(PROBLEM TO WORK ON) Use the entries below and reproduce exactly the lines from the one containing "f 282 279 283" down to the one containing "f 293 289 288", both of them included.

(INPUT)
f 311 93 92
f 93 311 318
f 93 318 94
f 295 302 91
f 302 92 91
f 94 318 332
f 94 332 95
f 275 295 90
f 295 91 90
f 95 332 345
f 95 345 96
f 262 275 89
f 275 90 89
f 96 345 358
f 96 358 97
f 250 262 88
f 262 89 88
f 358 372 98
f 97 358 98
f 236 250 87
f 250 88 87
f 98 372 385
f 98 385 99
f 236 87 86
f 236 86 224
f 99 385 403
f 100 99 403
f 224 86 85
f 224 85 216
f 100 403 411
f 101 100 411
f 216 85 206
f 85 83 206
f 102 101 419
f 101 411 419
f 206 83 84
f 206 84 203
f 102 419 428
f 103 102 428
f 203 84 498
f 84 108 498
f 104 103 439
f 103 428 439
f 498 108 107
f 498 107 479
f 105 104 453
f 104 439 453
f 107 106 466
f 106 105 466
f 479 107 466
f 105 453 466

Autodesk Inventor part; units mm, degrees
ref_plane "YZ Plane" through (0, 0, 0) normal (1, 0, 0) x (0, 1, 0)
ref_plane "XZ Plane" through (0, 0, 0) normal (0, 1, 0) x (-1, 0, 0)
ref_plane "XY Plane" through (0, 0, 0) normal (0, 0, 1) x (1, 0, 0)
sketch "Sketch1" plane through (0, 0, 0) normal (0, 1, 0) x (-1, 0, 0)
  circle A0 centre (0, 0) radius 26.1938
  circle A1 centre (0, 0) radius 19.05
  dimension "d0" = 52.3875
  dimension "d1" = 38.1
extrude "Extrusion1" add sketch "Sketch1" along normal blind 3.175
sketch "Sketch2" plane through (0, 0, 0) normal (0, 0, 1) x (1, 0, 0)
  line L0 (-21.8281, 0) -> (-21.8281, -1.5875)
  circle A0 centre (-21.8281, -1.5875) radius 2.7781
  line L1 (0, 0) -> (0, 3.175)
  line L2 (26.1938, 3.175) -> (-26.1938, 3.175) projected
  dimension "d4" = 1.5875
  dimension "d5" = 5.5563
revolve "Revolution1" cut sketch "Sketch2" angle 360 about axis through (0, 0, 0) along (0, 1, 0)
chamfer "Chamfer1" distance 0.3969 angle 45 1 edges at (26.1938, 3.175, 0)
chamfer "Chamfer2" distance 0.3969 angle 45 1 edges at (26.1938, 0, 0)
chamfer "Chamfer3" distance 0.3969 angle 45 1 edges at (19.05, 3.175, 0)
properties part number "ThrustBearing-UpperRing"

---

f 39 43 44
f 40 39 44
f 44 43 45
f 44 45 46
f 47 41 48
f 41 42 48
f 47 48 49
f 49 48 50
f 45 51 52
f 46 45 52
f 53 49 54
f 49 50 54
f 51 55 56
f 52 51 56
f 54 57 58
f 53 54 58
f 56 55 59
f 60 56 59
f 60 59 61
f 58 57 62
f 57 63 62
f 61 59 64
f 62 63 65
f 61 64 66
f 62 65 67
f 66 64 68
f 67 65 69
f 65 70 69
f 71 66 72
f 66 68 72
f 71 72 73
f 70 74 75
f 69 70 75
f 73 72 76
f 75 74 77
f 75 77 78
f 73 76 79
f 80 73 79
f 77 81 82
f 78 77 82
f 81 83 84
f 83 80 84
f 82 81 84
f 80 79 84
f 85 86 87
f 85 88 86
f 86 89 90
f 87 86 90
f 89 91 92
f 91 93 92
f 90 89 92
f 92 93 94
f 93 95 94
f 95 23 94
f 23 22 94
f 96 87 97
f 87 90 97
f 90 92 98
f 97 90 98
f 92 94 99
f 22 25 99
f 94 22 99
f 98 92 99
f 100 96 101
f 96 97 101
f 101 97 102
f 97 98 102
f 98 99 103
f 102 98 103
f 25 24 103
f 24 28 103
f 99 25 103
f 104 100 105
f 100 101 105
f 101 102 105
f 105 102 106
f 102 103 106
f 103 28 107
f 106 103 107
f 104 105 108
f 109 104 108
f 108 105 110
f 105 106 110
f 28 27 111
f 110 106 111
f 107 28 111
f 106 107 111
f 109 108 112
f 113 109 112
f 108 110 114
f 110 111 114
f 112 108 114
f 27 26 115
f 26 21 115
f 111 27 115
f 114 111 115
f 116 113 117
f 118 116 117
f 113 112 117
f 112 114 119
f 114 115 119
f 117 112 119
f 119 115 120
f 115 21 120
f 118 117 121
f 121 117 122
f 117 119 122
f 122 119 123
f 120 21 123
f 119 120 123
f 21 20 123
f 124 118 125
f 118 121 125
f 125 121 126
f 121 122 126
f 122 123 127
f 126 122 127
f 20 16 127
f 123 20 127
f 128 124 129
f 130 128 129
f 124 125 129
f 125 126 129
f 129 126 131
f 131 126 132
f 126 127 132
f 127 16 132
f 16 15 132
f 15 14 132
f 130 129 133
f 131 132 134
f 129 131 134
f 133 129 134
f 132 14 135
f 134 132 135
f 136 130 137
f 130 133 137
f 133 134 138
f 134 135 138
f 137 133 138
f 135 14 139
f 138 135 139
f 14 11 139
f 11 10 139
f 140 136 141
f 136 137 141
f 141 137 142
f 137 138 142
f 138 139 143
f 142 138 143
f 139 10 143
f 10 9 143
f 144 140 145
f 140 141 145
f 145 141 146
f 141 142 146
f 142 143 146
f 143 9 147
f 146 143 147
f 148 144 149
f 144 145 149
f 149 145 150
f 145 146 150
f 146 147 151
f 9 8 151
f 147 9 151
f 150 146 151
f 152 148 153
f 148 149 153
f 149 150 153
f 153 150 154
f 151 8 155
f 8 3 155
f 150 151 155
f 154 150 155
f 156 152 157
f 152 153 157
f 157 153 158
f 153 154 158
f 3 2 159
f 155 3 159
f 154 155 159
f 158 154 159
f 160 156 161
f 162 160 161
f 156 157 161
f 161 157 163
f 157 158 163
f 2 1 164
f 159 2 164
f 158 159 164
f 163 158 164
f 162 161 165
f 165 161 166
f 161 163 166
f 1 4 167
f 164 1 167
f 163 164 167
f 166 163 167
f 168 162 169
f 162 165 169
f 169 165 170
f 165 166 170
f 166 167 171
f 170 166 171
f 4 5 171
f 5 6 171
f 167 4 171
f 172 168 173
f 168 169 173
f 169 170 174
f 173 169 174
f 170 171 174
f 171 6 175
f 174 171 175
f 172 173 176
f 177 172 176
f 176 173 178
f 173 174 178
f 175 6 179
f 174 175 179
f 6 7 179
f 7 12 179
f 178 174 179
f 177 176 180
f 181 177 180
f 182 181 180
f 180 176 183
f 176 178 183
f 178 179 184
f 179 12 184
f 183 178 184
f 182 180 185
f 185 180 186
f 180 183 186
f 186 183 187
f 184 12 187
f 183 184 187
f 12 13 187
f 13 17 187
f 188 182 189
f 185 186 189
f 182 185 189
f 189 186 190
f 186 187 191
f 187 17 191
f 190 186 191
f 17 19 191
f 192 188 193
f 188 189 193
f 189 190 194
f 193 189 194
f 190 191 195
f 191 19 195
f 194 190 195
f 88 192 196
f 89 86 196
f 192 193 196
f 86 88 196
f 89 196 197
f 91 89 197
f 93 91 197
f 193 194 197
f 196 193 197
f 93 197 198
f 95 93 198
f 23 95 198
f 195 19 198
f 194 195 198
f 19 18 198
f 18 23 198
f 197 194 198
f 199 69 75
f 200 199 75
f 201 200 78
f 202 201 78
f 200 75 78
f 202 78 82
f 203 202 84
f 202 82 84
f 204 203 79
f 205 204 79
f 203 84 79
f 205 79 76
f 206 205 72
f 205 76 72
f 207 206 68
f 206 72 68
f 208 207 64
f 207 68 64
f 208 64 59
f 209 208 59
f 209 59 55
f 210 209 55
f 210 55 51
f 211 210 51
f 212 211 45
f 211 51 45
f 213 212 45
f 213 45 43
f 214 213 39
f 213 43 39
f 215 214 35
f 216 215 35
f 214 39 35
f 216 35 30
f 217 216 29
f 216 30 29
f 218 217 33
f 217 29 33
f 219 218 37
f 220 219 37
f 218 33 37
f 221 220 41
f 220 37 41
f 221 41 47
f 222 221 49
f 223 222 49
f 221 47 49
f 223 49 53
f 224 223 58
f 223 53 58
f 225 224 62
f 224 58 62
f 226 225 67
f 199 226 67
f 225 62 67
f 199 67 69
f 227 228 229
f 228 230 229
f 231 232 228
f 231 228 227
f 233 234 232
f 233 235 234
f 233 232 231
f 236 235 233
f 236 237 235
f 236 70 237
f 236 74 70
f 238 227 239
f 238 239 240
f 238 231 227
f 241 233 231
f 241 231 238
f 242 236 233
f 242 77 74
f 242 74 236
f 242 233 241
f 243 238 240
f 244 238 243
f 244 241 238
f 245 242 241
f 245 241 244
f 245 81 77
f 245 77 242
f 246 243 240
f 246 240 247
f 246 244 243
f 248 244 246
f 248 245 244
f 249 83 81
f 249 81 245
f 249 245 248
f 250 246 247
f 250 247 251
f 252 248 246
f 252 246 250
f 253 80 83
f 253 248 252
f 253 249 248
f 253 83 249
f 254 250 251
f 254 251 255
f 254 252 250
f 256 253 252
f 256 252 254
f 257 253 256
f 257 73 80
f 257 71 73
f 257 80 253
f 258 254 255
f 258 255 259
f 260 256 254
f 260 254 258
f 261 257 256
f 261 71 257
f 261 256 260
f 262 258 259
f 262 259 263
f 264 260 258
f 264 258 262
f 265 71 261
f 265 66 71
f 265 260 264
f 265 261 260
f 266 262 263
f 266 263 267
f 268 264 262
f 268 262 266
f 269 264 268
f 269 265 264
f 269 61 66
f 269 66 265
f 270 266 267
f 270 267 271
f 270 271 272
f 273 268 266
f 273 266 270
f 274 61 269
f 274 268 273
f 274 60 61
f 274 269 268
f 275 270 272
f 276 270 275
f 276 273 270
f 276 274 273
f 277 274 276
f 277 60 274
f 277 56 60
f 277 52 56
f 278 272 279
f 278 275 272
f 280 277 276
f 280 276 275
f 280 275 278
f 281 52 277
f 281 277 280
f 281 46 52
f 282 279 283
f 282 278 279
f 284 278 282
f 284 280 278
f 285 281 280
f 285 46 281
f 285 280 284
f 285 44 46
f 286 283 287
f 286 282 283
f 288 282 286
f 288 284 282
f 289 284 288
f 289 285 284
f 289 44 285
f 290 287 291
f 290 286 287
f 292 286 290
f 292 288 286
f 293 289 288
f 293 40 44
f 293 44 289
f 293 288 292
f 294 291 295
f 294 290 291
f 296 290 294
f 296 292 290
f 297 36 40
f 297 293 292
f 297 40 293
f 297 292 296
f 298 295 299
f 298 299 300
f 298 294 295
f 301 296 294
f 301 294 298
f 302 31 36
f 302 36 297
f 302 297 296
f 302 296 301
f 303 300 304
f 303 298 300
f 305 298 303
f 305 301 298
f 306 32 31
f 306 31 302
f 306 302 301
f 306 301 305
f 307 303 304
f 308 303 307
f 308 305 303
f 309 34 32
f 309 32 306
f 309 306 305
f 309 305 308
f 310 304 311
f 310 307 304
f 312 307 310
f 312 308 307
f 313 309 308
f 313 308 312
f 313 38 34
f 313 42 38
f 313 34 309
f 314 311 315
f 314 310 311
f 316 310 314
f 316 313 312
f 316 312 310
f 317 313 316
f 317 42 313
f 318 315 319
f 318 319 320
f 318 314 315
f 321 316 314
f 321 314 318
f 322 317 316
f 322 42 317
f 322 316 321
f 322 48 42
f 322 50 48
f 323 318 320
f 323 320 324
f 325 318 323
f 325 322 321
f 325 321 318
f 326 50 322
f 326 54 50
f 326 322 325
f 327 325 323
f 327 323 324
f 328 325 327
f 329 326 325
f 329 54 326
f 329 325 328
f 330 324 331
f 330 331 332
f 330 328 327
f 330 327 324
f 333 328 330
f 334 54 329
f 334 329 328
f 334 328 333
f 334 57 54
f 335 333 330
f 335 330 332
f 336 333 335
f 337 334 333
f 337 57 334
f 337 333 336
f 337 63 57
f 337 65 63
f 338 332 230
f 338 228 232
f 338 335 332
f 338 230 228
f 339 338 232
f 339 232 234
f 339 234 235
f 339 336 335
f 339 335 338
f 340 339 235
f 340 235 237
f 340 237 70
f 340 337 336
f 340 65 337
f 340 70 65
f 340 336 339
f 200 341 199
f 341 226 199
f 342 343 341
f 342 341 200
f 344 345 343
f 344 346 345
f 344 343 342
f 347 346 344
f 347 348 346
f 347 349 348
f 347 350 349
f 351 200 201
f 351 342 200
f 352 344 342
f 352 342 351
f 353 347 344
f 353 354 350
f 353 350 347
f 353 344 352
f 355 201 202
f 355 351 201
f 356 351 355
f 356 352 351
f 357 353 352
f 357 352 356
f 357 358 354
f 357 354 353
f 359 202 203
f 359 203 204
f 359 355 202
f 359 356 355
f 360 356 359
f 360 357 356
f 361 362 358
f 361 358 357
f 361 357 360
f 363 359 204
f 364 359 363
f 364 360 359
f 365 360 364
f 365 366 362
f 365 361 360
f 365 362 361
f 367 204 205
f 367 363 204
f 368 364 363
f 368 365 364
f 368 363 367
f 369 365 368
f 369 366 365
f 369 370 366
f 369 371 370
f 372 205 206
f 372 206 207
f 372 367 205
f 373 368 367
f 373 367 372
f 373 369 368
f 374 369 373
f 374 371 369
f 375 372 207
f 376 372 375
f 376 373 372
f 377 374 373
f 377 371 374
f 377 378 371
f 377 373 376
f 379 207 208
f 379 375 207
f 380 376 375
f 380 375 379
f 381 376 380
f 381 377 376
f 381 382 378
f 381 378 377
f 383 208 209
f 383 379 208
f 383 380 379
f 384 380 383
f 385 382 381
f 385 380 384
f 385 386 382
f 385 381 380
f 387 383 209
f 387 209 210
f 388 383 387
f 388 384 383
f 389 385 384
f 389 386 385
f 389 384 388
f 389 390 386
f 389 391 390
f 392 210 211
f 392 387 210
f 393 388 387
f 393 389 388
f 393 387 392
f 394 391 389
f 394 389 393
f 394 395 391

(RESULT OF THIS TASK)
f 282 279 283
f 282 278 279
f 284 278 282
f 284 280 278
f 285 281 280
f 285 46 281
f 285 280 284
f 285 44 46
f 286 283 287
f 286 282 283
f 288 282 286
f 288 284 282
f 289 284 288
f 289 285 284
f 289 44 285
f 290 287 291
f 290 286 287
f 292 286 290
f 292 288 286
f 293 289 288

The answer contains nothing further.